3.2.3. PCA of Volatile Flavors of Different Pork
The PCA results for total volatiles in NX showed that PC1 and PC2 accounted for 86.7% and 8.4% of the variation, respectively. Moreover, tetradecanal was located at the positive end of PC1 and the negative end of PC2, which was opposite to the position of hexadecal (Figure 3a). PCA analysis of 21 common substances in 34 NX samples showed that both tetradecanal and 2-undecenal were in the negative direction of PC1, and PC1 explained 92.1% of the variation, while PC2 explained 6.5%. These results indicated that tetradecanal, 2-undecenal, trans, trans-2,4-decadienal, and nonanal contributed extremely to the NX volatile flavor (Figure 3b).
The PCA results of 90 volatiles detected in all DC samples showed that trans-2-decenal and tetradecanal were in the opposite position on PC1, with PC1 and PC2 accounting for 73.3% and 6.9% of the variance, respectively (Figure 4a). Moreover, tetradecanal and 2-undecenal were both in the negative position on PC1. In the meantime, PC1 and PC2 accounted for 71.9% and 8.9% of the variance, separately (Figure 4b). Therefore, tetradecanal, 2-undecenal, (E)-2-hepteneal, and nonanal contributed greatly to the volatile flavor in the common substances in DC pork.

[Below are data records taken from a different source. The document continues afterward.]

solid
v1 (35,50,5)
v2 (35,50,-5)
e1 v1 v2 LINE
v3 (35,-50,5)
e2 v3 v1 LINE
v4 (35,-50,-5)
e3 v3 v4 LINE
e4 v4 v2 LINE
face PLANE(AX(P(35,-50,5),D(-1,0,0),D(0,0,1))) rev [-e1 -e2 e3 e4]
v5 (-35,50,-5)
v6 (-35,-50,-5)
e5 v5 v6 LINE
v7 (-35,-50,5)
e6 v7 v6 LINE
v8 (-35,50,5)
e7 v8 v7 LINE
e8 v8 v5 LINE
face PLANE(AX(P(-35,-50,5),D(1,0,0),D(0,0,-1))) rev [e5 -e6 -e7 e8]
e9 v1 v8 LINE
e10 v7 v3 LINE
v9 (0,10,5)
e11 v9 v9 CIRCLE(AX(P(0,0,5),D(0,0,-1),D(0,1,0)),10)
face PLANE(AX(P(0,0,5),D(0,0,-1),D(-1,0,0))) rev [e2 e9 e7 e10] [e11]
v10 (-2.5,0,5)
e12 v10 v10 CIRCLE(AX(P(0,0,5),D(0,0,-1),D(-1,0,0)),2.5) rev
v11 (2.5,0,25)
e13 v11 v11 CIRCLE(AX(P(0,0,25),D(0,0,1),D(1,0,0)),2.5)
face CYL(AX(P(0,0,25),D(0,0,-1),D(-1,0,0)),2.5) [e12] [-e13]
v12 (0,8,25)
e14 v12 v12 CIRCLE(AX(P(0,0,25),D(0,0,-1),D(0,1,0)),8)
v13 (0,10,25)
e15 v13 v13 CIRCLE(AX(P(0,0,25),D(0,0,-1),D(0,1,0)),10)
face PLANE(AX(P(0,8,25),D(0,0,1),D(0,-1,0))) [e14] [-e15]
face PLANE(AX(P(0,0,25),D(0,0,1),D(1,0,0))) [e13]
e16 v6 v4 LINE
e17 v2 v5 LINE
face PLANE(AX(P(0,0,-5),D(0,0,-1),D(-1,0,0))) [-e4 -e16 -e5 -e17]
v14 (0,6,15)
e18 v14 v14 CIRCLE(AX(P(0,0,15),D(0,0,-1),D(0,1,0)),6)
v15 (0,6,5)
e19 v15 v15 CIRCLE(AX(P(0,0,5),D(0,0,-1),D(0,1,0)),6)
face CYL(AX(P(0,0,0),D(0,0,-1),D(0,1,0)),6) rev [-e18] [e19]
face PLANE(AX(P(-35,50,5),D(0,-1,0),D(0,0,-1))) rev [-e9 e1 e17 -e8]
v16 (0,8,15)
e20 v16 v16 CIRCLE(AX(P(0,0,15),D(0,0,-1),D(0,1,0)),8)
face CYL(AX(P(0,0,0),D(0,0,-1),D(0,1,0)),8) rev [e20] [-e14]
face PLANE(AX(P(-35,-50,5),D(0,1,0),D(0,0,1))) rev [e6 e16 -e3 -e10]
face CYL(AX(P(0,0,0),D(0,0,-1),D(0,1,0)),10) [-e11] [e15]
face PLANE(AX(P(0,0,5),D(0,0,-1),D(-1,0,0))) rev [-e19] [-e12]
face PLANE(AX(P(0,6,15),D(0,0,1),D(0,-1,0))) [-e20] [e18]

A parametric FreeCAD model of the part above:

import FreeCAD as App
import Part
import Sketcher

V = App.Vector
Q = App.Units.Quantity

doc = App.newDocument("Part")
params = doc.addObject("Spreadsheet::Sheet", "Params")
for row, (alias, value) in enumerate([
    ("sketch1_width", "70 mm"),
    ("sketch1_height", "100 mm"),
    ("pad1_length", "10 mm"),
    ("sketch2_diameter", "5 mm"),
    ("pad2_length", "20 mm"),
    ("sketch3_width", "4 mm"),
    ("sketch3_height", "10 mm"),
    ("revolution_angle", "360 deg"),
], start=1):
    params.set(f"A{row}", alias)
    params.set(f"B{row}", "=" + value)
    params.setAlias(f"B{row}", alias)

body = doc.addObject("PartDesign::Body", "Body")

# Sketch on XY plane
sketch1 = body.newObject("Sketcher::SketchObject", "Sketch")
sketch1.AttachmentSupport = (doc.getObject("XY_Plane"), [""])
sketch1.MapMode = "FlatFace"
sketch1.addGeometry(Part.LineSegment(V(-35, 50, 0), V(-35, -50, 0)), False)
sketch1.addGeometry(Part.LineSegment(V(-35, -50, 0), V(35, -50, 0)), False)
sketch1.addGeometry(Part.LineSegment(V(35, -50, 0), V(35, 50, 0)), False)
sketch1.addGeometry(Part.LineSegment(V(35, 50, 0), V(-35, 50, 0)), False)
sketch1.addConstraint(Sketcher.Constraint("Coincident", 0, 2, 1, 1))
sketch1.addConstraint(Sketcher.Constraint("Coincident", 1, 2, 2, 1))
sketch1.addConstraint(Sketcher.Constraint("Coincident", 2, 2, 3, 1))
sketch1.addConstraint(Sketcher.Constraint("Coincident", 3, 2, 0, 1))
sketch1.addConstraint(Sketcher.Constraint("Vertical", 0))
sketch1.addConstraint(Sketcher.Constraint("Horizontal", 1))
sketch1.addConstraint(Sketcher.Constraint("Vertical", 2))
sketch1.addConstraint(Sketcher.Constraint("Horizontal", 3))
sketch1.addConstraint(Sketcher.Constraint("Symmetric", 0, 2, 2, 2, -1, 1))
sketch1.addConstraint(Sketcher.Constraint("DistanceX", 1, 1, 1, 2, Q("70 mm")))
sketch1.addConstraint(Sketcher.Constraint("DistanceY", 0, 2, 0, 1, Q("100 mm")))
sketch1.setExpression("Constraints[9]", "Params.sketch1_width")
sketch1.setExpression("Constraints[10]", "Params.sketch1_height")
pad1 = body.newObject("PartDesign::Pad", "Pad")
pad1.Profile = sketch1
pad1.setExpression("Length", "Params.pad1_length")
pad1.Midplane = True

# Sketch on XY plane
sketch2 = body.newObject("Sketcher::SketchObject", "Sketch001")
sketch2.AttachmentSupport = (doc.getObject("XY_Plane"), [""])
sketch2.MapMode = "FlatFace"
sketch2.AttachmentOffset = App.Placement(V(0, 0, 5), App.Rotation())
sketch2.addGeometry(Part.Circle(V(0, 0, 0), V(0, 0, 1), 2.5), False)
sketch2.addConstraint(Sketcher.Constraint("Coincident", 0, 3, -1, 1))
sketch2.addConstraint(Sketcher.Constraint("Diameter", 0, Q("5 mm")))
sketch2.setExpression("Constraints[1]", "Params.sketch2_diameter")
pad2 = body.newObject("PartDesign::Pad", "Pad001")
pad2.Profile = sketch2
pad2.setExpression("Length", "Params.pad2_length")

# Sketch on YZ plane
sketch3 = body.newObject("Sketcher::SketchObject", "Sketch002")
sketch3.AttachmentSupport = (doc.getObject("YZ_Plane"), [""])
sketch3.MapMode = "FlatFace"
sketch3.addGeometry(Part.LineSegment(V(6, 15, 0), V(6, 5, 0)), False)
sketch3.addGeometry(Part.LineSegment(V(6, 5, 0), V(10, 5, 0)), False)
sketch3.addGeometry(Part.LineSegment(V(10, 5, 0), V(10, 25, 0)), False)
sketch3.addGeometry(Part.LineSegment(V(10, 25, 0), V(8, 25, 0)), False)
sketch3.addGeometry(Part.LineSegment(V(8, 25, 0), V(8, 15, 0)), False)
sketch3.addGeometry(Part.LineSegment(V(8, 15, 0), V(6, 15, 0)), False)
sketch3.addConstraint(Sketcher.Constraint("Coincident", 0, 2, 1, 1))
sketch3.addConstraint(Sketcher.Constraint("Coincident", 1, 2, 2, 1))
sketch3.addConstraint(Sketcher.Constraint("Coincident", 2, 2, 3, 1))
sketch3.addConstraint(Sketcher.Constraint("Coincident", 3, 2, 4, 1))
sketch3.addConstraint(Sketcher.Constraint("Coincident", 4, 2, 5, 1))
sketch3.addConstraint(Sketcher.Constraint("Coincident", 5, 2, 0, 1))
sketch3.addConstraint(Sketcher.Constraint("Vertical", 0))
sketch3.addConstraint(Sketcher.Constraint("Horizontal", 1))
sketch3.addConstraint(Sketcher.Constraint("Vertical", 2))
sketch3.addConstraint(Sketcher.Constraint("Horizontal", 3))
sketch3.addConstraint(Sketcher.Constraint("Vertical", 4))
sketch3.addConstraint(Sketcher.Constraint("Horizontal", 5))
sketch3.addConstraint(Sketcher.Constraint("Equal", 3, 5))
sketch3.addConstraint(Sketcher.Constraint("Equal", 0, 4))
sketch3.addConstraint(Sketcher.Constraint("DistanceX", 1, 1, 1, 2, Q("4 mm")))
sketch3.addConstraint(Sketcher.Constraint("DistanceY", 0, 2, 0, 1, Q("10 mm")))
sketch3.addConstraint(Sketcher.Constraint("DistanceX", -1, 1, 0, 2, Q("6 mm")))
sketch3.addConstraint(Sketcher.Constraint("DistanceY", -1, 1, 0, 2, Q("5 mm")))
sketch3.setExpression("Constraints[14]", "Params.sketch3_width")
sketch3.setExpression("Constraints[15]", "Params.sketch3_height")
revolution = body.newObject("PartDesign::Revolution", "Revolution")
revolution.Profile = sketch3
revolution.ReferenceAxis = (sketch3, ["V_Axis"])
revolution.setExpression("Angle", "Params.revolution_angle")

doc.recompute()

The PCA results of 95 volatiles detected in DN showed that PC1 and PC2 accounted for 84.5% and 9% of the variance, respectively. Tetradecanal was the same as hexadecal in the direction of the position on PC1, but in the opposite position on PC2 (Figure 5a). The PCA results of 27 common substances in DN pork showed that PC1 accounted for 93.6% of the variance and PC2 accounted for 4.5%. Tetradecanal was located at the positive end of PC2 and the negative terminal of PC1. Moreover, 2-undecenal was located at the negative terminal of PC2. These results suggested that tetradecanal and 2-undecenal contributed mostly to the DN volatile flavor compounds (Figure 5b).
3.3. Comparison of Volatile Flavor Compounds among Three Populations
In order to further compare the differences among the three kinds of pork, the response values of R7, R8, and R9 sensors from three populations were examined with the one-way variance analysis. We found that there were significant differences between NX and DC (p < 0.01) and between DN and DC (p < 0.05) on the response value of R7 sensor. On the response value of R8 sensor, DC was significantly different from NX (p < 0.01) and DN (p < 0.05). These results indicated that the proportions of inorganic sulfide and alcohol aromatic compounds in DC were quite different from those of NX and DN.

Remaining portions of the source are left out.